Electric Cars will Never Work – Heres Why

Lets just take the UK as an example.

There are over 30 million cars in the UK, of which 1 million are low emission vehicles, presumably electric cars, hybrids or cars that fall into the zero road tax bracket.

There are around half a million HGV’s, all of which are likely to be diesel and do around 8mpg unlike some diesel cars that do over 50mpg.

There are around 40,000 buses and 30,000 coaches, all of which will do 10-15mpg but admittedly with more than one passenger on average (you would hope).

I’m not going to google how many diesel trains we have. My point is this:

Even assuming that making every car electric would achieve net zero (it won’t, nowhere near), a big percentage of those 30 million cars will be worth less than 5k, many less than 2k belonging to families who need them to work and feed their families, who barely have enough to survive.

Yes there will be big depreciation on electric cars as they get older and the batteries deteriorate, but the only way an electric (or hybrid) car is going to be worth less than 5k is if the battery is totally knackered and a new one is needed at a cost of £15k plus. Even 5k is too much for someone who has a £2000 runaround.
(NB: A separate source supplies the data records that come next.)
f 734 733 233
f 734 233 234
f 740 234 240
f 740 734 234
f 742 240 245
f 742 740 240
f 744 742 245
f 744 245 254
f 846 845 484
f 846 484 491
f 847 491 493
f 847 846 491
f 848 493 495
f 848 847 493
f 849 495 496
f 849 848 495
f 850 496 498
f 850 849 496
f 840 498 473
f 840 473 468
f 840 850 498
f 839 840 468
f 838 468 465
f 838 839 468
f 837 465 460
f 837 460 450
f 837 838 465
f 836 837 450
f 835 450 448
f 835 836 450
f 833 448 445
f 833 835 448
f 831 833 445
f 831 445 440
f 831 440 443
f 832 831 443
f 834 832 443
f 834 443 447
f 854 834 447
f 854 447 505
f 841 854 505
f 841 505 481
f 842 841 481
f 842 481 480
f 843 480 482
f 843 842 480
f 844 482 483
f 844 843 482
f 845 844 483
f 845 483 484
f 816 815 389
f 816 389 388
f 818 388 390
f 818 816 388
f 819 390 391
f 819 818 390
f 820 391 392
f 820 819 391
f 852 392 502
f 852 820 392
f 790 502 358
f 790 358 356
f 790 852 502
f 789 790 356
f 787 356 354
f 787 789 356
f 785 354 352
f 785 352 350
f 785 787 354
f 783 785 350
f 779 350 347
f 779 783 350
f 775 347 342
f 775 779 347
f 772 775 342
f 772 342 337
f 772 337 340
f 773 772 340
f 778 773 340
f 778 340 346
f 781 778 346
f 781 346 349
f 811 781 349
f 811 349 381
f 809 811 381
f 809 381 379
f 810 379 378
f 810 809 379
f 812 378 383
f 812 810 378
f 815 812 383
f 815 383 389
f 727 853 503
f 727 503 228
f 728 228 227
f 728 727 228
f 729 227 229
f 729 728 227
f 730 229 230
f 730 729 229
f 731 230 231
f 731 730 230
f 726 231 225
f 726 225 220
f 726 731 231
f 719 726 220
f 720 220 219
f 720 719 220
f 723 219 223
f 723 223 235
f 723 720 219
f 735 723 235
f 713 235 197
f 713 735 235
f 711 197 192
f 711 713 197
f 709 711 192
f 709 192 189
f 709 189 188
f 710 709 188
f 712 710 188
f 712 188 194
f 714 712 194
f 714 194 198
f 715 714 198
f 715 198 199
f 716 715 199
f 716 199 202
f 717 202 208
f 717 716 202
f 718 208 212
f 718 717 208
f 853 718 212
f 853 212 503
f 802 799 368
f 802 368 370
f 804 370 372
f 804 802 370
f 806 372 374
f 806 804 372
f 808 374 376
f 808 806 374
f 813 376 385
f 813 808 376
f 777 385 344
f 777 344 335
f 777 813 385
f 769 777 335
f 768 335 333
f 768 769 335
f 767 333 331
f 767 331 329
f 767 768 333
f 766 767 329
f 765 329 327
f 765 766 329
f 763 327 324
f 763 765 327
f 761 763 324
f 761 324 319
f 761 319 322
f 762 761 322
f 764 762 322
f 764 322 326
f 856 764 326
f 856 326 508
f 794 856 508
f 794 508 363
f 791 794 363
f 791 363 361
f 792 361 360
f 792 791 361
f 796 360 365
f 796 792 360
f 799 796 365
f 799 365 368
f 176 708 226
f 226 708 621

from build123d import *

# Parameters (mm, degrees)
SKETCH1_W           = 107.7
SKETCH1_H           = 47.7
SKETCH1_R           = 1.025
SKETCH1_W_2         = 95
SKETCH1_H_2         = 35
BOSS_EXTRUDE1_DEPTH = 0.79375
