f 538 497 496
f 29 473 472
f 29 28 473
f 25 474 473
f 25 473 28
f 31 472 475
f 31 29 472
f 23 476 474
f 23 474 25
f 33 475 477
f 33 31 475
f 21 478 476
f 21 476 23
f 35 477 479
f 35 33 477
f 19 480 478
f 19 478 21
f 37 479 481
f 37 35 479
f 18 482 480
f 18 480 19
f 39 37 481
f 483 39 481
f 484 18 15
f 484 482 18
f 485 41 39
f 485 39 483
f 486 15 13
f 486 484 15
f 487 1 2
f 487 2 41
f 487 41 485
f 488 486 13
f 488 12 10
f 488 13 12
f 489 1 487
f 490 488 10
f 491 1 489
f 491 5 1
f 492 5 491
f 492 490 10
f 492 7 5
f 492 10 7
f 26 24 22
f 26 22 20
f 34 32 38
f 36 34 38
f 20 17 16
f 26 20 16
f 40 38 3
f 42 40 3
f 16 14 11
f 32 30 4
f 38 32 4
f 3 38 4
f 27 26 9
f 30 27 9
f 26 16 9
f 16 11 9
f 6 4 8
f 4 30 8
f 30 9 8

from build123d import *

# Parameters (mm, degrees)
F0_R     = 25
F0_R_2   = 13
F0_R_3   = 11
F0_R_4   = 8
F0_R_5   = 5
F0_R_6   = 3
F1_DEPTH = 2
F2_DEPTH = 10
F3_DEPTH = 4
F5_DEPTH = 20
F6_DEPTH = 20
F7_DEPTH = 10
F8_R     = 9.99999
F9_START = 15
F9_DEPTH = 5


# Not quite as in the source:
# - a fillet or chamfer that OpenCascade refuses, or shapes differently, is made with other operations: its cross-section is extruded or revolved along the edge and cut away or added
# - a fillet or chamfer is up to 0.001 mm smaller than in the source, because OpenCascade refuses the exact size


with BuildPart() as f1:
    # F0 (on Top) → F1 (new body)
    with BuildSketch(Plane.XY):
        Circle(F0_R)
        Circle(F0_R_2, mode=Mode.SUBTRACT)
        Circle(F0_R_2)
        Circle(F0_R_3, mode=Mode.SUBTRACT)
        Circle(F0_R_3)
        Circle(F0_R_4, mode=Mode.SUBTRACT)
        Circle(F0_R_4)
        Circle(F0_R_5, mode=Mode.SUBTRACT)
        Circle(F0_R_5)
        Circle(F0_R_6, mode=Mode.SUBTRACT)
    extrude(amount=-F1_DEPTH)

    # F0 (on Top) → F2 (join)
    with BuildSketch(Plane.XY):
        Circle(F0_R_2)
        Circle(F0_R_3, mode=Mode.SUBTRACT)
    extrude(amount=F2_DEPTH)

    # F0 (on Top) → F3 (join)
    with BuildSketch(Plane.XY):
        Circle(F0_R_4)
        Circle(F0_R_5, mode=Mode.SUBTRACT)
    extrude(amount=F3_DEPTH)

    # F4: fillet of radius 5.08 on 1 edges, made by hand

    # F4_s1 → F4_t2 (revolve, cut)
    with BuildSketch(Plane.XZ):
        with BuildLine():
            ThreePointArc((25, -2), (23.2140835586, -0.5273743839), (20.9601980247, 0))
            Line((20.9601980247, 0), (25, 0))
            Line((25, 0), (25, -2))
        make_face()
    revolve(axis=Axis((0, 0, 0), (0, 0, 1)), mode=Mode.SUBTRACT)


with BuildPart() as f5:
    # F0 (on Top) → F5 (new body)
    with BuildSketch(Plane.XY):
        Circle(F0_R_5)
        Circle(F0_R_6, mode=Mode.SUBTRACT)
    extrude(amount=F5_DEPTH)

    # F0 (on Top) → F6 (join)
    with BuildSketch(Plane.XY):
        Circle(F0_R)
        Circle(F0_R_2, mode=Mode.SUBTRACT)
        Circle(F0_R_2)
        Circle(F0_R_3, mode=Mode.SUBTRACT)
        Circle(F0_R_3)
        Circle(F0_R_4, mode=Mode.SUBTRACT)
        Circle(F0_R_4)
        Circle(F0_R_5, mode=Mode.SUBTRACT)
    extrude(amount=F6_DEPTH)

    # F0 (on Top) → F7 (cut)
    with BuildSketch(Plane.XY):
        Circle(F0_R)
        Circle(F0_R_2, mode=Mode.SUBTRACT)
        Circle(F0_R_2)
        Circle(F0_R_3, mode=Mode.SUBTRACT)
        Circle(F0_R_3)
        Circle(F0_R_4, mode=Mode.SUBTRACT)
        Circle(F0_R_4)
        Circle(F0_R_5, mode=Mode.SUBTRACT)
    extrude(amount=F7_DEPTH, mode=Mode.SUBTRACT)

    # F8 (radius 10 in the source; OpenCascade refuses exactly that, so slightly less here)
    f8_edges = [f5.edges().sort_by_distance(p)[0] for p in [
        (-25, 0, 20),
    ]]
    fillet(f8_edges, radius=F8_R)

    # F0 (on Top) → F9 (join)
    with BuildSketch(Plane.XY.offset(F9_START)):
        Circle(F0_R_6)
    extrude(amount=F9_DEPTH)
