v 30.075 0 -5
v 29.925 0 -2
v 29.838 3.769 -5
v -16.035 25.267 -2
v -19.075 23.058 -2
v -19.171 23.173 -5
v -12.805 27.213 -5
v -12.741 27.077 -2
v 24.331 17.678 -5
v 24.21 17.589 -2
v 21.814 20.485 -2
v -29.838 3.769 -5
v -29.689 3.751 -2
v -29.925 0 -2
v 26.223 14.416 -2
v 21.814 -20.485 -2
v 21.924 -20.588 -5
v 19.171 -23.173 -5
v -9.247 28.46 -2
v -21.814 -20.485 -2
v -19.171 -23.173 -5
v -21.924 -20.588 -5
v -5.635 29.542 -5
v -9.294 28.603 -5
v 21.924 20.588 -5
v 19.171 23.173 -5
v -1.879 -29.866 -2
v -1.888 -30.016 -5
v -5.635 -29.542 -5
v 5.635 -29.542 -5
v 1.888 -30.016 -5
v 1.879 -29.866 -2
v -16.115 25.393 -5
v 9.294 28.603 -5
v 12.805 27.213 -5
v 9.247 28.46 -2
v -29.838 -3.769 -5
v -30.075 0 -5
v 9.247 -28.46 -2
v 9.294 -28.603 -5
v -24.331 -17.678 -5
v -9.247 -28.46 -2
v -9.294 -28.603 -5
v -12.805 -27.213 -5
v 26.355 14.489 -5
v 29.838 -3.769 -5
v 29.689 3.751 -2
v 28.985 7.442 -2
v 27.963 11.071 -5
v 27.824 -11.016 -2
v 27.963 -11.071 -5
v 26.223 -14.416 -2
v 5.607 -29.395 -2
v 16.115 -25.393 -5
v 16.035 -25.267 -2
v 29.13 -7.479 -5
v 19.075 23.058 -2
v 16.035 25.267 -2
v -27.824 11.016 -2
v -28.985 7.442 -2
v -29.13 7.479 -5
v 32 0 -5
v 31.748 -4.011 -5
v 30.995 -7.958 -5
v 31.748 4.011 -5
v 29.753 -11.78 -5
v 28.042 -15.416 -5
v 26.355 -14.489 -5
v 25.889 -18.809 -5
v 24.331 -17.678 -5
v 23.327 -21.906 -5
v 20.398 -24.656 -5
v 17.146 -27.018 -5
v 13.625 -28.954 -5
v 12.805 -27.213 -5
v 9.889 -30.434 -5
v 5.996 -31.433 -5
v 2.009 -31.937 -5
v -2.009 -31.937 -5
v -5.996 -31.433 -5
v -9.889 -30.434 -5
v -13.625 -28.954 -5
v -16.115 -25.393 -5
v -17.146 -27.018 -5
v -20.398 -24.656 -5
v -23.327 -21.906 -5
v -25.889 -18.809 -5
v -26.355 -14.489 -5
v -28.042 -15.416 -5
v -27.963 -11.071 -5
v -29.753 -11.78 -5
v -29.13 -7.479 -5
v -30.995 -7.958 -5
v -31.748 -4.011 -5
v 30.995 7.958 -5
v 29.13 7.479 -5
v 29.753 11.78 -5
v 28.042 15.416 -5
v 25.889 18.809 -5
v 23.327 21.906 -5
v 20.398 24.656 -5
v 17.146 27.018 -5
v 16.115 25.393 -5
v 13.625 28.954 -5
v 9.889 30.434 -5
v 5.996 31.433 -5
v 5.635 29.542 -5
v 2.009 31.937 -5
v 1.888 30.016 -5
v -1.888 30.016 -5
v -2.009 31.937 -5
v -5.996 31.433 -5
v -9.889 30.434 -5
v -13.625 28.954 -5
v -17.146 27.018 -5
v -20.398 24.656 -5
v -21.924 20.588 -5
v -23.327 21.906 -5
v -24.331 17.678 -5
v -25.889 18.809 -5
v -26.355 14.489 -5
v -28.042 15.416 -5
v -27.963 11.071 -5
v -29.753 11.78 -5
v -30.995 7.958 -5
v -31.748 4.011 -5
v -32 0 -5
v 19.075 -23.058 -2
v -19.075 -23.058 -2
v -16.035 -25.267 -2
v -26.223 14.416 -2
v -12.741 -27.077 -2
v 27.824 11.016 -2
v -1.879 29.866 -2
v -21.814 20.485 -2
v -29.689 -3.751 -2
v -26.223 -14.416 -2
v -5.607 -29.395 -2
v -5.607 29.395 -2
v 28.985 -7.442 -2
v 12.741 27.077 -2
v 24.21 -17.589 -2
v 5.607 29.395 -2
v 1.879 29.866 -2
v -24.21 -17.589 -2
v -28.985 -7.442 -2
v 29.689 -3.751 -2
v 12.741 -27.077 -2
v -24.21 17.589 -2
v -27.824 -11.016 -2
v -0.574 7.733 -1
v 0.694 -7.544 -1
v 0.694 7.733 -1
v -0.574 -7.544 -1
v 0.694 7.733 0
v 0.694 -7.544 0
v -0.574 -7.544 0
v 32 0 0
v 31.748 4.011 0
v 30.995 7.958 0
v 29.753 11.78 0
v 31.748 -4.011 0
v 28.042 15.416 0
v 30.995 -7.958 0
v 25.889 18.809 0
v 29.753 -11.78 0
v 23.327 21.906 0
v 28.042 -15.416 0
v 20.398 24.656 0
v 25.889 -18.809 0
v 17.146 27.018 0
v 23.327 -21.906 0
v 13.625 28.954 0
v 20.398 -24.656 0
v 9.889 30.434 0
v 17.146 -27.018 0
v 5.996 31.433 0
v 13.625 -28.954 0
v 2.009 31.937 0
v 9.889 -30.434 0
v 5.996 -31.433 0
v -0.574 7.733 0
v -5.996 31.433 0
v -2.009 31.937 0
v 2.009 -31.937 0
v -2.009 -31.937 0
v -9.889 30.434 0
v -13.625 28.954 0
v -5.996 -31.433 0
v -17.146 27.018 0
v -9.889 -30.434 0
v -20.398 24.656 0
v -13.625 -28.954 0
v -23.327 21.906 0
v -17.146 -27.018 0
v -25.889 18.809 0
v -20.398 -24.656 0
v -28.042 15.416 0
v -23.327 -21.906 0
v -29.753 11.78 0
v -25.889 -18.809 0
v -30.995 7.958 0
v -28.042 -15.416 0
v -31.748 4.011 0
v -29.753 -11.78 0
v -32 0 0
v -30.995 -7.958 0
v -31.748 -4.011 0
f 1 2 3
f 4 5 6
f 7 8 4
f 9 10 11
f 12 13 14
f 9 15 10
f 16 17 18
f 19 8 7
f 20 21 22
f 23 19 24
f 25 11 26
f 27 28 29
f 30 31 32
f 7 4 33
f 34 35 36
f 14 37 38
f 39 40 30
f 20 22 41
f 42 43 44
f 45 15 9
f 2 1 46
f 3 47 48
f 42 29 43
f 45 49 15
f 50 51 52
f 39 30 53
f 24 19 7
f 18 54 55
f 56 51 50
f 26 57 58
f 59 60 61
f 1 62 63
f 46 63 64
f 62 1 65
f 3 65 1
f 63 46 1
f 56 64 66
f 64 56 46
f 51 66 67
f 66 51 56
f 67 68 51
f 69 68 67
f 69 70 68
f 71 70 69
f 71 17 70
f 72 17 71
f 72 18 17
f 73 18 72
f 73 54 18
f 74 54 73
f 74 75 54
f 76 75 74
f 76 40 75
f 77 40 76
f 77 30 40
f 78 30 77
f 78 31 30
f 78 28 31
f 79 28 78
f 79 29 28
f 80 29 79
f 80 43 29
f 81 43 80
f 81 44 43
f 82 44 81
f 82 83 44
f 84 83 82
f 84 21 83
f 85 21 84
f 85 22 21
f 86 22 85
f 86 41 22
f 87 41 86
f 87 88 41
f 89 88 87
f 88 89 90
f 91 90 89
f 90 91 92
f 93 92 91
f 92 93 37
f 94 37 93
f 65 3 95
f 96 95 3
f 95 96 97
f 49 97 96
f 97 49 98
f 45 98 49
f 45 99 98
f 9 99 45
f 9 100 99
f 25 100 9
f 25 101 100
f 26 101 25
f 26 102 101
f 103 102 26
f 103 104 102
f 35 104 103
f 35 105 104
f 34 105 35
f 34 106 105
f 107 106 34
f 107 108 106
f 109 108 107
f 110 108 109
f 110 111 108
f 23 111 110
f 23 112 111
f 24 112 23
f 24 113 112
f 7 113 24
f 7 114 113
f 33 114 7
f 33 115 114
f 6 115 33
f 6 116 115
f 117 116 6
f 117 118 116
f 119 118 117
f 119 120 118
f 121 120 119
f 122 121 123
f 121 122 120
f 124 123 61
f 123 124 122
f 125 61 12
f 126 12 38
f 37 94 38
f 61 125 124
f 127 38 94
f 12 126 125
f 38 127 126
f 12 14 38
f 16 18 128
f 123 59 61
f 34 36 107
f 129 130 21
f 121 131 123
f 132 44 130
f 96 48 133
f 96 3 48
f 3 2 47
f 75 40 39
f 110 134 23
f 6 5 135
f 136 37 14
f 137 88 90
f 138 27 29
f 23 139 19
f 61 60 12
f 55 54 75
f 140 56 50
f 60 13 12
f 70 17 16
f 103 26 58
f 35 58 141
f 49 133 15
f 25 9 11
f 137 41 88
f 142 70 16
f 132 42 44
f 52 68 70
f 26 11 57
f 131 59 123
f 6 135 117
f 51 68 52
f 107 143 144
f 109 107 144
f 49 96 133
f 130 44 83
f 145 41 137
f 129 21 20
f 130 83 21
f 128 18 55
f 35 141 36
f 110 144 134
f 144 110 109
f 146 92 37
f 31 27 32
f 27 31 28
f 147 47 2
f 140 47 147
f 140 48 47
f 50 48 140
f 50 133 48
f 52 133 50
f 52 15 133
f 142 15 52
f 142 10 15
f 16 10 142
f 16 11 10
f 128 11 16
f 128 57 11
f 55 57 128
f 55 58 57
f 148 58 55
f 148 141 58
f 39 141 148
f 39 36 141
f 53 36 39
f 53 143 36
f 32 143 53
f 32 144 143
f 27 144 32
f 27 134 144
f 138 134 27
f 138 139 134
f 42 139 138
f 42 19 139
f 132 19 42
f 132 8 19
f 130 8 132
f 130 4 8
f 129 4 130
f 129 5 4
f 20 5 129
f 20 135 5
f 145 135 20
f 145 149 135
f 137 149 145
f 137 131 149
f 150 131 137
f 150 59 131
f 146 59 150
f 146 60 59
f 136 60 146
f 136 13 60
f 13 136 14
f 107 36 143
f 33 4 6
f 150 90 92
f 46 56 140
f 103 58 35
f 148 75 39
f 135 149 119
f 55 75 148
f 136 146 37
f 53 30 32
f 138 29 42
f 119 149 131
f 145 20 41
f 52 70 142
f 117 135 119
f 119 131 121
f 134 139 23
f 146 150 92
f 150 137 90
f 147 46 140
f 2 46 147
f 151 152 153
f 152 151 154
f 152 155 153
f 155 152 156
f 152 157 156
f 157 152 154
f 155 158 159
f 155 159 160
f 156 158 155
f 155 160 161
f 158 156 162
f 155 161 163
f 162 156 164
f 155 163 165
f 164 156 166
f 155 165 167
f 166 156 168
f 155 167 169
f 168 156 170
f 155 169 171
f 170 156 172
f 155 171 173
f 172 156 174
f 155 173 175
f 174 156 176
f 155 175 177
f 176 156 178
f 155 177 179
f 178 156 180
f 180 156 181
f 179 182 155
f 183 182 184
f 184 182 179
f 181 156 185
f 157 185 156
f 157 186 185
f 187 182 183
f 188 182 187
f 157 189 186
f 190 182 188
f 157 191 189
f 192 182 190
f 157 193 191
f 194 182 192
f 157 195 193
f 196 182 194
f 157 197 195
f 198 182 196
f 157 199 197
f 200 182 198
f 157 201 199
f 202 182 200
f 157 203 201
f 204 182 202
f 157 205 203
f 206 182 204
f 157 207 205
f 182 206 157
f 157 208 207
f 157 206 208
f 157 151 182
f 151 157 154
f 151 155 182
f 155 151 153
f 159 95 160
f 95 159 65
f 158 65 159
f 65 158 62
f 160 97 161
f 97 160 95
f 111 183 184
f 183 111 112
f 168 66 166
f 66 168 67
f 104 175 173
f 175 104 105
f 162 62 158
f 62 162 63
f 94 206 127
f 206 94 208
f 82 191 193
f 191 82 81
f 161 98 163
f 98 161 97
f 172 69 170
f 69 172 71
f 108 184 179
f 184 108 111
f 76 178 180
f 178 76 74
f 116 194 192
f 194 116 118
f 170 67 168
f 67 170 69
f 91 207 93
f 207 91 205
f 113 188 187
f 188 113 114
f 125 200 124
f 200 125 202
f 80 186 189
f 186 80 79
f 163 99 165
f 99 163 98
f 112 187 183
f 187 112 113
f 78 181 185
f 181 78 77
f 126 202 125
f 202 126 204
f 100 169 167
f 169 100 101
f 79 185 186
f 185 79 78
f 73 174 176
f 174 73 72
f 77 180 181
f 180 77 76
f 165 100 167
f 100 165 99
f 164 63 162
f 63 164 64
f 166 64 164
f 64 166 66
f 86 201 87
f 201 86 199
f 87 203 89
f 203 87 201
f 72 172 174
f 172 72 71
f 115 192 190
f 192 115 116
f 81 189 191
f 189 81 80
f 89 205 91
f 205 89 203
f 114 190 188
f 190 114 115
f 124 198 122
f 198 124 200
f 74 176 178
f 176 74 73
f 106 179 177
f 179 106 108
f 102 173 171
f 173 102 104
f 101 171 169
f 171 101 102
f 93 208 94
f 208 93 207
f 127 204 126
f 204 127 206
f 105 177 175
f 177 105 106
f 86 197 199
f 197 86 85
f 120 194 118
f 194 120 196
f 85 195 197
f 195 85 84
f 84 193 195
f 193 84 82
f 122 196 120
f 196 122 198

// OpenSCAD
$fn = 50;


difference() {
	union() {
		translate(v = [0, 0, -5.0000000000]) {
			cylinder(h = 5, r = 32.0000000000);
		}
	}
	union() {
		#translate(v = [0, 0, -5.0000000000]) {
			cylinder(h = 3, r1 = 30.0750000000, r2 = 29.9250000000);
		}
		translate(v = [0, 0, -1]) {
			linear_extrude(height = 1) {
				text(font = "Wingdings", halign = "center", size = 11, text = "|", valign = "center");
			}
		}
	}
}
Secondly, lets pretend we are all electric. An electric car takes what, 30 minutes or more to charge, when you can fill up with petrol or diesel in 5 minutes. So we are going to need 6 times more charging points than we have petrol stations. Already we see big queues for charging points. Who wants to waste their life worrying about all that bull?? Even if it were making a difference?

This is without going into other issues, where is the lithium to make the batteries (underground in Australia, shipped in a boat to be manufactured then shipped again), where are the power stations to provide electricity for them, why are we cutting down trees to ship half way across the world for our power stations, just so we can say we are green and blame everybody else, every house not being able to have a charging point because of local substation capacity etc etc. The fact that the USA and China get over 40% of their electricity from coal. No you can’t put solar panels in the Sahara either, unless the users are within 300 miles or so of the panels the voltage drop losses would be too high!

Finally, is there enough lithium in the world to electrify everyone? Its not just about the UK. The UK has 70 million people out of 6 billion on the planet. I read somewhere that if all the UK’s vehicles were electric, it would use up all the worlds supply of lithium. Although for the reasons stated here it will never happen.

We need to get our head out of the clouds and start doing sensible things now, like looking at ways to reduce the overall mileage. They don’t want to do that because they still make 50% in tax on every pound spent on petrol of diesel.

Please explore different parts of this site to find any ideas I come across that can help. As you can tell, I don’t think electric cars are one of them. Although I am grateful, because the price of some expensive petrol and diesel cars have come down, and I have benefited personally from all this madness, buying a good second-hand petrol car at a great discount to new a few years ago.